### Data for processing

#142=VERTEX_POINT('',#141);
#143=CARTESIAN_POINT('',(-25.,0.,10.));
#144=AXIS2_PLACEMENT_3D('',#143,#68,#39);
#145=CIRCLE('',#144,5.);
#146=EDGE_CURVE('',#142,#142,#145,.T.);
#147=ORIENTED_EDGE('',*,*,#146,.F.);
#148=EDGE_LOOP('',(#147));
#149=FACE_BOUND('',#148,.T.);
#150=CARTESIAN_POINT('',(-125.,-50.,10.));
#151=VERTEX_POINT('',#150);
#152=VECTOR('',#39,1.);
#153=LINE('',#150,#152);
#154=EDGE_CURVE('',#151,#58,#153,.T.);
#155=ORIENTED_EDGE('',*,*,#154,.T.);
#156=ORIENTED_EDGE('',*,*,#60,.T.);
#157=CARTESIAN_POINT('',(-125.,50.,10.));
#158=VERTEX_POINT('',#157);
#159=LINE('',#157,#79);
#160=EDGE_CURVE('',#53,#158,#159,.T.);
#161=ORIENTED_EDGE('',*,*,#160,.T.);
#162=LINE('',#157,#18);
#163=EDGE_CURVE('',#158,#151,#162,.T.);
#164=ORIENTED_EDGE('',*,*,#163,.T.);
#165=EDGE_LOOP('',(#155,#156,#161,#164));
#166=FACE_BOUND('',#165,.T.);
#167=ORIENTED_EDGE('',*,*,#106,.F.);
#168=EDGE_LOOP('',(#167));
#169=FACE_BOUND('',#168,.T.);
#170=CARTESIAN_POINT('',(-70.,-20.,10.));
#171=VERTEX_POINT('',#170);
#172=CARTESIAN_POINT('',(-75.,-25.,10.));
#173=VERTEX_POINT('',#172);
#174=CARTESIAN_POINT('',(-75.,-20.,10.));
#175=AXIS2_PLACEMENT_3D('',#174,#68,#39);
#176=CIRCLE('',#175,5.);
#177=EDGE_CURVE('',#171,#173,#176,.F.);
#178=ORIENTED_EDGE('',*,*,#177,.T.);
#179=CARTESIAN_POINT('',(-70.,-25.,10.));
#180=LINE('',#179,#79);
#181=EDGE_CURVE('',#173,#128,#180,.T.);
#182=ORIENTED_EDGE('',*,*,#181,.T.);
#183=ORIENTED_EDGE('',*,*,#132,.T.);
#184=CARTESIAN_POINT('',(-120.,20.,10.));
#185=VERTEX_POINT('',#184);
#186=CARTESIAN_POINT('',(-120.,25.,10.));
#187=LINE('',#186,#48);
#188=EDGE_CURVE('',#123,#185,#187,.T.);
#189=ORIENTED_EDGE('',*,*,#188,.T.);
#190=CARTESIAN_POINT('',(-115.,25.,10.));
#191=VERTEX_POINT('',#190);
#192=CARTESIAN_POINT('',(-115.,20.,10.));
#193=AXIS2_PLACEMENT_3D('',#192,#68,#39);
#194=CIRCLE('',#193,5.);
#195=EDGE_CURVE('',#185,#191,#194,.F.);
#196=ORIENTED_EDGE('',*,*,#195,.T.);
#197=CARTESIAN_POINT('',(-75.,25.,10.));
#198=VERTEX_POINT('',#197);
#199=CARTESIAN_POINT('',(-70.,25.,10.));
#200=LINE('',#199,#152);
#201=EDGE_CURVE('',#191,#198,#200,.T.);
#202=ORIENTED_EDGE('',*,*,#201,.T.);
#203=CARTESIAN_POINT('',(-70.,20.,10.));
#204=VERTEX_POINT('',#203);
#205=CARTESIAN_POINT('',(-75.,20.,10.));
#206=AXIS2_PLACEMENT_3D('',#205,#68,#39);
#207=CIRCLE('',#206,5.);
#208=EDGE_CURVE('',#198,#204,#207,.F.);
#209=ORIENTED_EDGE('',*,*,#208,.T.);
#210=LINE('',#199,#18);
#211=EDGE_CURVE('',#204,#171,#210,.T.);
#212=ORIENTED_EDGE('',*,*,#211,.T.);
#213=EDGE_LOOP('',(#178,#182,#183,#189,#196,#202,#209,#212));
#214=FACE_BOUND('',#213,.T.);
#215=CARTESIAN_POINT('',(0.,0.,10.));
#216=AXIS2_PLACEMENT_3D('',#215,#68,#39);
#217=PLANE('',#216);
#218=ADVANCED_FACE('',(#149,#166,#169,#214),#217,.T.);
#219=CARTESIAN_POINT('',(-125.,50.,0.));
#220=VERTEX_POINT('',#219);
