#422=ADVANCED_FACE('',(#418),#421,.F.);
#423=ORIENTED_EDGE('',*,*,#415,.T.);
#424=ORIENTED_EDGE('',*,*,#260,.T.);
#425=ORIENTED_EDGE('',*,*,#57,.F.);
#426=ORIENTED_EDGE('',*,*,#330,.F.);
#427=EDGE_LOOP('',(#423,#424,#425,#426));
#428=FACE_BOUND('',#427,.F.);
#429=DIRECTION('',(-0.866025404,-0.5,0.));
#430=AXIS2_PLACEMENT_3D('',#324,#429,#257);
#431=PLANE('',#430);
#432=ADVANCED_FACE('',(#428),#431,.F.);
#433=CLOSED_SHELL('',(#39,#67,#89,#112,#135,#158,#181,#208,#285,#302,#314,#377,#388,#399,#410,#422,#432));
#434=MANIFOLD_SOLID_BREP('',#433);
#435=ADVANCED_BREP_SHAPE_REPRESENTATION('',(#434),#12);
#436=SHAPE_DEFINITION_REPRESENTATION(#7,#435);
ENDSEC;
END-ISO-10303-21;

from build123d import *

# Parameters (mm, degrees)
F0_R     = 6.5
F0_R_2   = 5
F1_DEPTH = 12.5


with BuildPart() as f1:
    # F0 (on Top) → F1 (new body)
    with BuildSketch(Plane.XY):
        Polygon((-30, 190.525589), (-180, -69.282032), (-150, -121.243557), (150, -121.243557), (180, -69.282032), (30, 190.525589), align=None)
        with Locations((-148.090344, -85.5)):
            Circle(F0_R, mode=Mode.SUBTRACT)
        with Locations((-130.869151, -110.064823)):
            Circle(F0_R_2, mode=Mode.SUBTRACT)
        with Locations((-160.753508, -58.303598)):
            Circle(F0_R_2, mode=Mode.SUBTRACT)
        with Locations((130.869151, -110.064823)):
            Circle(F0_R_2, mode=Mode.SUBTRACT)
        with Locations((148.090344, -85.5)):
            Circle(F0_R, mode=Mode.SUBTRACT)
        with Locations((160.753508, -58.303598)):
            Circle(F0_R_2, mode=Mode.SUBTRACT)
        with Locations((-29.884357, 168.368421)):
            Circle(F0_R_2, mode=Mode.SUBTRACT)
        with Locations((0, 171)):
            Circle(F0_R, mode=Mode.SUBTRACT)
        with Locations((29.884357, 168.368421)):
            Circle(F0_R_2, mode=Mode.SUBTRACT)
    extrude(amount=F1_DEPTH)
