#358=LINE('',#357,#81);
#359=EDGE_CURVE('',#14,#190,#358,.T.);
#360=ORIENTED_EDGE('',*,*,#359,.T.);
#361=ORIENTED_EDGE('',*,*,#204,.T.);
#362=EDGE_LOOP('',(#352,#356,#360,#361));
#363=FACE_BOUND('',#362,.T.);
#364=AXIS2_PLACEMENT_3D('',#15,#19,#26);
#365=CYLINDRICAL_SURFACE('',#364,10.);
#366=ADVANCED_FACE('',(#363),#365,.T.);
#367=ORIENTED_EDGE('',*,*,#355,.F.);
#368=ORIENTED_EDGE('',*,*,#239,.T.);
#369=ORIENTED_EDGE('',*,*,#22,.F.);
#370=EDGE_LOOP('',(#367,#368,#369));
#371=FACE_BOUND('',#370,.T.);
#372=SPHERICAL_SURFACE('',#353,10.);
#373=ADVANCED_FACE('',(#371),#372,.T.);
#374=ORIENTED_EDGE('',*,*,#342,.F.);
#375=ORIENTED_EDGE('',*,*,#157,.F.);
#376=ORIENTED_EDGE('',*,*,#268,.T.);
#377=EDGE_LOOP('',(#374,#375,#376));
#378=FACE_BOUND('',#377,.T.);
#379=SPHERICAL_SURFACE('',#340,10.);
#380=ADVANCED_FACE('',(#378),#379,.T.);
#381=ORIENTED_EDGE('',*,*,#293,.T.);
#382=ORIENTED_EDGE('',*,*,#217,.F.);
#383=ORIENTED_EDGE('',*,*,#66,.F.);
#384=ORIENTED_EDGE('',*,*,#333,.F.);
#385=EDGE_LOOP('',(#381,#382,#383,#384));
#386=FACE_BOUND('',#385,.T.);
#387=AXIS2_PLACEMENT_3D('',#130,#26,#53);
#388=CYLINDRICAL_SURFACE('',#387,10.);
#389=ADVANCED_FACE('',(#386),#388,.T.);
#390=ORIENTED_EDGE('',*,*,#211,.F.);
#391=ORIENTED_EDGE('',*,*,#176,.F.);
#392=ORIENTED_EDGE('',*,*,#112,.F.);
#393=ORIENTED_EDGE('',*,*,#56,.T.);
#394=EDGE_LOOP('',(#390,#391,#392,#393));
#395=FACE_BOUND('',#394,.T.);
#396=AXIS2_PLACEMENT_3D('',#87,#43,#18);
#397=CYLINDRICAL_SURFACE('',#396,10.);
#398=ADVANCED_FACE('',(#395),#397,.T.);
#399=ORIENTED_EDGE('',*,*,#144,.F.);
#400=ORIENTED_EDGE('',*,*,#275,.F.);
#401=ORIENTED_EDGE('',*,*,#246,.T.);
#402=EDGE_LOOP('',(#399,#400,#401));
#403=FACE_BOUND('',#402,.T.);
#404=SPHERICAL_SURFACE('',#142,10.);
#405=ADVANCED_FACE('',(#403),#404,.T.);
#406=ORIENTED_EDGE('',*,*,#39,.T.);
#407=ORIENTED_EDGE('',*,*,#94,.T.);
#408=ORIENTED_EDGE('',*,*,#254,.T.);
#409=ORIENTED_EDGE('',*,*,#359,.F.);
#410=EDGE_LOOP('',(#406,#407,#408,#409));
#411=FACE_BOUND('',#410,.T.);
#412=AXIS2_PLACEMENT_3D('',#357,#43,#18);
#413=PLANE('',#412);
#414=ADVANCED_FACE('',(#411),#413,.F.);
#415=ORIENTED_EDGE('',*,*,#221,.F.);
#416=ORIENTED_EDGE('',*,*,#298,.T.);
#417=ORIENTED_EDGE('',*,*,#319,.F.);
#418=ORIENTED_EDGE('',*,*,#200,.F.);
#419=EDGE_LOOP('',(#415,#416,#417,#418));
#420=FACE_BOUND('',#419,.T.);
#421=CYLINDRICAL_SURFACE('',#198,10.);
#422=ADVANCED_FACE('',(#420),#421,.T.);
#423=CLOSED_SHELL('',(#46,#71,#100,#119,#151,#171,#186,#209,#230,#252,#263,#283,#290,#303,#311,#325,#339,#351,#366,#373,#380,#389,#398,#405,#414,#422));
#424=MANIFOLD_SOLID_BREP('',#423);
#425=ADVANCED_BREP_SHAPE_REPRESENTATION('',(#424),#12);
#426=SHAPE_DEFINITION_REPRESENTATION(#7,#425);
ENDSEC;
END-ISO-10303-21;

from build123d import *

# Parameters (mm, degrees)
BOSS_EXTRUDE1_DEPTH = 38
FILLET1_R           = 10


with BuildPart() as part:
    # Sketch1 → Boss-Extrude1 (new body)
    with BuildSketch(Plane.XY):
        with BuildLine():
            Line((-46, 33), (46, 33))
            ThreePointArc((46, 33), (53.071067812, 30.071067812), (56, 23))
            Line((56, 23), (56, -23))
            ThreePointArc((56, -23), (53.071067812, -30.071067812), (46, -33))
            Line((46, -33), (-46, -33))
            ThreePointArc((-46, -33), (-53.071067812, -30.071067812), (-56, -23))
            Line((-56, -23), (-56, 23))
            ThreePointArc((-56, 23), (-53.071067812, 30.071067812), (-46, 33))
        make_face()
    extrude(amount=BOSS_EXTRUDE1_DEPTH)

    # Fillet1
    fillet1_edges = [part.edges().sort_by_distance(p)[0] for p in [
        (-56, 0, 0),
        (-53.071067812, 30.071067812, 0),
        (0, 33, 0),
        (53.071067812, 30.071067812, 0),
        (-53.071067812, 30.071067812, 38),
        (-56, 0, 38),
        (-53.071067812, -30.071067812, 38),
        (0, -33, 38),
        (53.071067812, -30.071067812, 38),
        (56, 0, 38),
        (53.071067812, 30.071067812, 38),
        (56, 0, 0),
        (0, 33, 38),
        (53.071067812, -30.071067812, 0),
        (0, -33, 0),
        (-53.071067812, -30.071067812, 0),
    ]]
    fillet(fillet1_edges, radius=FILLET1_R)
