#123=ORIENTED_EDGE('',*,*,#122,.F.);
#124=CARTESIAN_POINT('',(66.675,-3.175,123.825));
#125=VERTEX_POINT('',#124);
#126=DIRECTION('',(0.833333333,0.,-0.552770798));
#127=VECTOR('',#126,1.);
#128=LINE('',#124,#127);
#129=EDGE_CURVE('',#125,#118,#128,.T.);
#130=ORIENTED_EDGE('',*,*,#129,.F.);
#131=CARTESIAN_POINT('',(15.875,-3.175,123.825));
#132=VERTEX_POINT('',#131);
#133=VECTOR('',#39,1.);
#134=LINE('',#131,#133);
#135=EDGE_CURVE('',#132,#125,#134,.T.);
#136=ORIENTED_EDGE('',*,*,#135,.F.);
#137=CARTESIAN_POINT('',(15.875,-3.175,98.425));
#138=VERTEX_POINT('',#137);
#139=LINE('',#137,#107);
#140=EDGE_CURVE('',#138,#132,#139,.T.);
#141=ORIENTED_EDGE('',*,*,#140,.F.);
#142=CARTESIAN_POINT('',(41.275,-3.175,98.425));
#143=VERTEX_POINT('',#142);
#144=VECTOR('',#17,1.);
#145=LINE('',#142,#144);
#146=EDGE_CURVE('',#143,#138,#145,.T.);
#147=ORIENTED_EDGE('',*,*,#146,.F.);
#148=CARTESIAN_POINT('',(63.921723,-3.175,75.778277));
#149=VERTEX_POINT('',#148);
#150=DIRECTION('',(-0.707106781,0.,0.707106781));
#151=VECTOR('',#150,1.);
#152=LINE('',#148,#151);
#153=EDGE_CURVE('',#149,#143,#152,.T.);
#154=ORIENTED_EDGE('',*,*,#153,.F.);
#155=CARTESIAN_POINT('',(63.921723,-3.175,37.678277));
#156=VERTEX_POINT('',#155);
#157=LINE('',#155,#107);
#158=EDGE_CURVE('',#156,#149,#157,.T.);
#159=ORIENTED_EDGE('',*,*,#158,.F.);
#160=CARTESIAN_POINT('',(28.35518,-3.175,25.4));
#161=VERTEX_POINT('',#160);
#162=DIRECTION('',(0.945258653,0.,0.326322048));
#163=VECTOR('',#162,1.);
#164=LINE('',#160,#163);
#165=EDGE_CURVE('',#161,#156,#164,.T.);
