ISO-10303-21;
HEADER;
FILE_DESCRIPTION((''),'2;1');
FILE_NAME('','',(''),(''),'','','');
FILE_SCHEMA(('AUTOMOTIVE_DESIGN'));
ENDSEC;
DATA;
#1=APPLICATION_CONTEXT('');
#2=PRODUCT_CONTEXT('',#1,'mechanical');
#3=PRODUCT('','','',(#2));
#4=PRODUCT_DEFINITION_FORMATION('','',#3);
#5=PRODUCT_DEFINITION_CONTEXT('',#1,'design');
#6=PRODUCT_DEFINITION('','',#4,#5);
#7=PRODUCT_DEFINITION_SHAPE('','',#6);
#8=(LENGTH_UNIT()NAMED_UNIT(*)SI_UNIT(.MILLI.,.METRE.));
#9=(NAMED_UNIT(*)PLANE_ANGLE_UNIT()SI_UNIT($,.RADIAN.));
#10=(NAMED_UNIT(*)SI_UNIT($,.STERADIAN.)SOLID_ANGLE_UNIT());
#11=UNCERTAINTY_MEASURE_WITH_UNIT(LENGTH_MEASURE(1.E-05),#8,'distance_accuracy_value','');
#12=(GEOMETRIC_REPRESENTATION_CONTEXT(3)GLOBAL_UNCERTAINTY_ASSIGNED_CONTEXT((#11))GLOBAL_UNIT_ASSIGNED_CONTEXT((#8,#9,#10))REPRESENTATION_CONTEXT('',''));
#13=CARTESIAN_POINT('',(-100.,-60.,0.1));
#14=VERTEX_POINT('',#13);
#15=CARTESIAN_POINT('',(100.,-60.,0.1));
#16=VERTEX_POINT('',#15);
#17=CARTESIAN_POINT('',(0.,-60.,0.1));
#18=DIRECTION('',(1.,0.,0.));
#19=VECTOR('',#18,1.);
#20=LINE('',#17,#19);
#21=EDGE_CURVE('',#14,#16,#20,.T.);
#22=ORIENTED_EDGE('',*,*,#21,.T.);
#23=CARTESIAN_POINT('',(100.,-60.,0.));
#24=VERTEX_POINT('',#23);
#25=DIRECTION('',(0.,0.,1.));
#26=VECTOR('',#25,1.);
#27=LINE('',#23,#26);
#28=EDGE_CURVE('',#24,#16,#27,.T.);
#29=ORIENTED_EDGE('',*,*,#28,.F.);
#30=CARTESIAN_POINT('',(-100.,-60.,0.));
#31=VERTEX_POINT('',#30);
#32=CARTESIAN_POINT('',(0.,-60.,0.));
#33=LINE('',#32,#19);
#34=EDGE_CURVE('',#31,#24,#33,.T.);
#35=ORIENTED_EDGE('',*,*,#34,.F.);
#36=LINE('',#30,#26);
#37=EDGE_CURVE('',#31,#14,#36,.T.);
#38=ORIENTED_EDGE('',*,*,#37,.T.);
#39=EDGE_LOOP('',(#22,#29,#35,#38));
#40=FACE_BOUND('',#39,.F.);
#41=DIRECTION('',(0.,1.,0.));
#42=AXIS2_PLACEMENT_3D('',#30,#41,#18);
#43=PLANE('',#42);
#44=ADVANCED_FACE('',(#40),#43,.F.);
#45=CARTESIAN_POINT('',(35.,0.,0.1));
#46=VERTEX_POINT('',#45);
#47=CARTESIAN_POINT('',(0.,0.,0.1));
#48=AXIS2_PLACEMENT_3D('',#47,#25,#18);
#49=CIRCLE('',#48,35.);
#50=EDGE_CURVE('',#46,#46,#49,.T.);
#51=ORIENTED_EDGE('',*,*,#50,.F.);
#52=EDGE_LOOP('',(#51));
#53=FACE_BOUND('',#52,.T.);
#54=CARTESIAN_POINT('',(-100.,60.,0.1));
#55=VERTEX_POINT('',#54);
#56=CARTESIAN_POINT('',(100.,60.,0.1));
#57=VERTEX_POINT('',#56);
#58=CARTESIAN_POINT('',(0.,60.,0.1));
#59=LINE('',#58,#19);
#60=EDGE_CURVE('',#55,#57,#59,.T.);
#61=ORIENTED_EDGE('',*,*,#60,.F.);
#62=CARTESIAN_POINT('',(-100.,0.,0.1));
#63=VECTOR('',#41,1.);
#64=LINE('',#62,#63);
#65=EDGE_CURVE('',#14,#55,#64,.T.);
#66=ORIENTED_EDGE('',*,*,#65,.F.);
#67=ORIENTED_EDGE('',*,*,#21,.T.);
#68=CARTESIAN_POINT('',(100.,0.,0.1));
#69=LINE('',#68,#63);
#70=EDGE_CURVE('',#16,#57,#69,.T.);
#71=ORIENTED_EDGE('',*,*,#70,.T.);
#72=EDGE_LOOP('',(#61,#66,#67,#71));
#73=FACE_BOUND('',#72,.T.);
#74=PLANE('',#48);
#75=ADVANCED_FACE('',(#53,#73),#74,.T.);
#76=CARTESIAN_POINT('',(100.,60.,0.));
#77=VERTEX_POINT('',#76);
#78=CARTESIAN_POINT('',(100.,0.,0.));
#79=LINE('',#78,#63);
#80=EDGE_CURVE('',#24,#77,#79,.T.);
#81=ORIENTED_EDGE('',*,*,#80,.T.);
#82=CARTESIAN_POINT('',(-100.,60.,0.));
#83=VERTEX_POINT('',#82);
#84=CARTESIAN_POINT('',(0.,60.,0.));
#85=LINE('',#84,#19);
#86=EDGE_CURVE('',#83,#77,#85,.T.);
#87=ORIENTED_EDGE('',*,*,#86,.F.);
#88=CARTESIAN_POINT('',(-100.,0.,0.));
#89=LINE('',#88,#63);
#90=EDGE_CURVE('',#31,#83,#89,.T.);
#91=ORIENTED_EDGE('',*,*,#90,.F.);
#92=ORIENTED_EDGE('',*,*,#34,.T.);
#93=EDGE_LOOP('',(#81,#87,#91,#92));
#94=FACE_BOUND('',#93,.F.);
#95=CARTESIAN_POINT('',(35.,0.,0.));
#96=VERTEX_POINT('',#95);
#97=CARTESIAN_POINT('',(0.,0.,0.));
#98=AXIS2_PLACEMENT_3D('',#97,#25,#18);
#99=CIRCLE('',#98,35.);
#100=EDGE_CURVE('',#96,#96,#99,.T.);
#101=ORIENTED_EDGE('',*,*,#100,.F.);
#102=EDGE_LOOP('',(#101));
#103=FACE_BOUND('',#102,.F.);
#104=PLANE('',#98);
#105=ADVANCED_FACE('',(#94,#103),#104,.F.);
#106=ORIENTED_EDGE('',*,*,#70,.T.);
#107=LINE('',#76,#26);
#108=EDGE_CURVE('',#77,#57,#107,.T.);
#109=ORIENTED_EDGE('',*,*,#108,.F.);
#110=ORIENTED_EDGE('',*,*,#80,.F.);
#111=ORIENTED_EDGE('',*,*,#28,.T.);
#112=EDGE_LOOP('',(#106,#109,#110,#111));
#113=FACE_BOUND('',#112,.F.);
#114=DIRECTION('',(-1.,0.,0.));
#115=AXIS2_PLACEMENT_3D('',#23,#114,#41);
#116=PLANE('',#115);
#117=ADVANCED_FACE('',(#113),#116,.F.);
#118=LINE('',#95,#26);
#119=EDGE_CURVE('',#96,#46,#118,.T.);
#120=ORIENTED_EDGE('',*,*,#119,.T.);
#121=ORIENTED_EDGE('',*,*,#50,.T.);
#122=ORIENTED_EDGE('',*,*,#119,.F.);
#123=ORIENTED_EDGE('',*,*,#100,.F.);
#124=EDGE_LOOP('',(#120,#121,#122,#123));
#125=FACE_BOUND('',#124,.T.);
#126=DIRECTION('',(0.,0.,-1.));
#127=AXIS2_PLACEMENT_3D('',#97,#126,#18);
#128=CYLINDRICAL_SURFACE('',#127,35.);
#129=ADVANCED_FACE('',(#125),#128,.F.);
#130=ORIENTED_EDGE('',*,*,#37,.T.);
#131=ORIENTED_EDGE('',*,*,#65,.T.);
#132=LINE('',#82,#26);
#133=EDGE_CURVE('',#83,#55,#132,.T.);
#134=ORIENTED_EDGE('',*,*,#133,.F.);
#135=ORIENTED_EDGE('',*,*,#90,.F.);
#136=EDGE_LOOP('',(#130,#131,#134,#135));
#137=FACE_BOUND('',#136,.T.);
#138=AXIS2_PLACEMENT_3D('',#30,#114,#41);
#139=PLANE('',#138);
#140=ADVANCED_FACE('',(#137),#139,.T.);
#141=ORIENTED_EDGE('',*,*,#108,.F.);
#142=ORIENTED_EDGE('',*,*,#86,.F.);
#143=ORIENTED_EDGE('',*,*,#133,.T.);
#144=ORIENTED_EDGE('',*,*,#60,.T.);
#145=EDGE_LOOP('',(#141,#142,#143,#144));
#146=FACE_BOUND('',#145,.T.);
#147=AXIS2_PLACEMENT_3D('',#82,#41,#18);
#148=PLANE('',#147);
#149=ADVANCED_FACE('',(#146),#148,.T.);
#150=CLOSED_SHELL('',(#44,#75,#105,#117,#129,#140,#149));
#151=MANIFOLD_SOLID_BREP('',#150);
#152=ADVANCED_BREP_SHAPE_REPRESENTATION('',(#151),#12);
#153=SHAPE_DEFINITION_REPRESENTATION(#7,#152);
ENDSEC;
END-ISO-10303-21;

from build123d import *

# Parameters (mm, degrees)
SKETCH_W  = 200
SKETCH_H  = 120
SKETCH_R  = 35
PAD_DEPTH = 0.1


with BuildPart() as part:
    # Sketch → Pad (new body)
    with BuildSketch(Plane.XY):
        Rectangle(SKETCH_W, SKETCH_H)
        Circle(SKETCH_R, mode=Mode.SUBTRACT)
    extrude(amount=PAD_DEPTH)


solid = part.part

### Exercise details
Return exactly what appears above, from the first line of the entries to the line with "#195=EDGE_CURVE('',#185,#191,#194,.F.);", inclusive.

### Answer section
#142=VERTEX_POINT('',#141);
#143=CARTESIAN_POINT('',(-25.,0.,10.));
#144=AXIS2_PLACEMENT_3D('',#143,#68,#39);
#145=CIRCLE('',#144,5.);
#146=EDGE_CURVE('',#142,#142,#145,.T.);
#147=ORIENTED_EDGE('',*,*,#146,.F.);
#148=EDGE_LOOP('',(#147));
#149=FACE_BOUND('',#148,.T.);
#150=CARTESIAN_POINT('',(-125.,-50.,10.));
#151=VERTEX_POINT('',#150);
#152=VECTOR('',#39,1.);
#153=LINE('',#150,#152);
#154=EDGE_CURVE('',#151,#58,#153,.T.);
#155=ORIENTED_EDGE('',*,*,#154,.T.);
#156=ORIENTED_EDGE('',*,*,#60,.T.);
#157=CARTESIAN_POINT('',(-125.,50.,10.));
#158=VERTEX_POINT('',#157);
#159=LINE('',#157,#79);
#160=EDGE_CURVE('',#53,#158,#159,.T.);
#161=ORIENTED_EDGE('',*,*,#160,.T.);
#162=LINE('',#157,#18);
#163=EDGE_CURVE('',#158,#151,#162,.T.);
#164=ORIENTED_EDGE('',*,*,#163,.T.);
#165=EDGE_LOOP('',(#155,#156,#161,#164));
#166=FACE_BOUND('',#165,.T.);
#167=ORIENTED_EDGE('',*,*,#106,.F.);
#168=EDGE_LOOP('',(#167));
#169=FACE_BOUND('',#168,.T.);
#170=CARTESIAN_POINT('',(-70.,-20.,10.));
#171=VERTEX_POINT('',#170);
#172=CARTESIAN_POINT('',(-75.,-25.,10.));
#173=VERTEX_POINT('',#172);
#174=CARTESIAN_POINT('',(-75.,-20.,10.));
#175=AXIS2_PLACEMENT_3D('',#174,#68,#39);
#176=CIRCLE('',#175,5.);
#177=EDGE_CURVE('',#171,#173,#176,.F.);
#178=ORIENTED_EDGE('',*,*,#177,.T.);
#179=CARTESIAN_POINT('',(-70.,-25.,10.));
#180=LINE('',#179,#79);
#181=EDGE_CURVE('',#173,#128,#180,.T.);
#182=ORIENTED_EDGE('',*,*,#181,.T.);
#183=ORIENTED_EDGE('',*,*,#132,.T.);
#184=CARTESIAN_POINT('',(-120.,20.,10.));
#185=VERTEX_POINT('',#184);
#186=CARTESIAN_POINT('',(-120.,25.,10.));
#187=LINE('',#186,#48);
#188=EDGE_CURVE('',#123,#185,#187,.T.);
#189=ORIENTED_EDGE('',*,*,#188,.T.);
#190=CARTESIAN_POINT('',(-115.,25.,10.));
#191=VERTEX_POINT('',#190);
#192=CARTESIAN_POINT('',(-115.,20.,10.));
#193=AXIS2_PLACEMENT_3D('',#192,#68,#39);
#194=CIRCLE('',#193,5.);
#195=EDGE_CURVE('',#185,#191,#194,.F.);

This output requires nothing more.